▸ What you need to do
Scan the records for the word "through". Report each line where it occurs.

• • • • •

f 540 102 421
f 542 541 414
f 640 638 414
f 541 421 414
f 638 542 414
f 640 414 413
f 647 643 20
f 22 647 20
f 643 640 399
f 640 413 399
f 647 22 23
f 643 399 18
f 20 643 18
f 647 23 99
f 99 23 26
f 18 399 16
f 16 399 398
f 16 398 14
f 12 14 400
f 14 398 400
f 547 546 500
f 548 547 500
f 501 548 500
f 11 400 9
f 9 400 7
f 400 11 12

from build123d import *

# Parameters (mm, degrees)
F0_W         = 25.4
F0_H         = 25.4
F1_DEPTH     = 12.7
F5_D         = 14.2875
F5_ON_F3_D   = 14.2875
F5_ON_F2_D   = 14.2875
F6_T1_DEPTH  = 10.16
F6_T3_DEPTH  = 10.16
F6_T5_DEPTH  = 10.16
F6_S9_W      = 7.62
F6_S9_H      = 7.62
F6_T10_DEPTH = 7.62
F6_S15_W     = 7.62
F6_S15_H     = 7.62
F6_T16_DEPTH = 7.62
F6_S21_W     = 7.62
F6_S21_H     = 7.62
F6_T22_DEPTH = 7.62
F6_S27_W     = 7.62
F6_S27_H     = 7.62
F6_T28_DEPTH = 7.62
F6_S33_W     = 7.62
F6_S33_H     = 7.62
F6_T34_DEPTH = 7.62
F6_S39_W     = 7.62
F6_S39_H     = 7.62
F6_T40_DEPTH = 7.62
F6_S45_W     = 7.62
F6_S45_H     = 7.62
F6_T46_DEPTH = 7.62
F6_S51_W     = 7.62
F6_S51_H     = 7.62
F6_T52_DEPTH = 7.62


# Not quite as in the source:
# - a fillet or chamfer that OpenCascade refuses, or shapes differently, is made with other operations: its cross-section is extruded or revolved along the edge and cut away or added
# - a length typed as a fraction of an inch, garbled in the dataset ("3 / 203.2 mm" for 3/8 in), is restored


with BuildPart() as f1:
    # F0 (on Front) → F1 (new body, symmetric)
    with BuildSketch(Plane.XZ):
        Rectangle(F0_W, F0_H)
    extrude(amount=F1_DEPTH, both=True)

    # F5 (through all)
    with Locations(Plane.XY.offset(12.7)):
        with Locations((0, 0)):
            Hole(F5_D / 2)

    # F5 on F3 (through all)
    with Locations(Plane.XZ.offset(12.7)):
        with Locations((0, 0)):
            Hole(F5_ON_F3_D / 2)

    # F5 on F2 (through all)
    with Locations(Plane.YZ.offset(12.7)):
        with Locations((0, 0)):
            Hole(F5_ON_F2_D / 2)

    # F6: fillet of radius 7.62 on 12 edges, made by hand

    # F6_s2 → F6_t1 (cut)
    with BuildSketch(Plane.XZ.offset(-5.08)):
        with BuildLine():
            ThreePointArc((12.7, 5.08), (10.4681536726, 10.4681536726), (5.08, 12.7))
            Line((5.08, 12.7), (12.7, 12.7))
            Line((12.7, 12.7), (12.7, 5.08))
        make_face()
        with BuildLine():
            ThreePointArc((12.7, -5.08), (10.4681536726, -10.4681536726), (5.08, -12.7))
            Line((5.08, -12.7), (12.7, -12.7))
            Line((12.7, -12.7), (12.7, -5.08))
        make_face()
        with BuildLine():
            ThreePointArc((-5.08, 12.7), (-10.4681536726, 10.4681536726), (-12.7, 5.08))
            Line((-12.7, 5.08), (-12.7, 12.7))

• • • • •

▸ Reply to the task
    # F5 (through all)
    # F5 on F3 (through all)
    # F5 on F2 (through all)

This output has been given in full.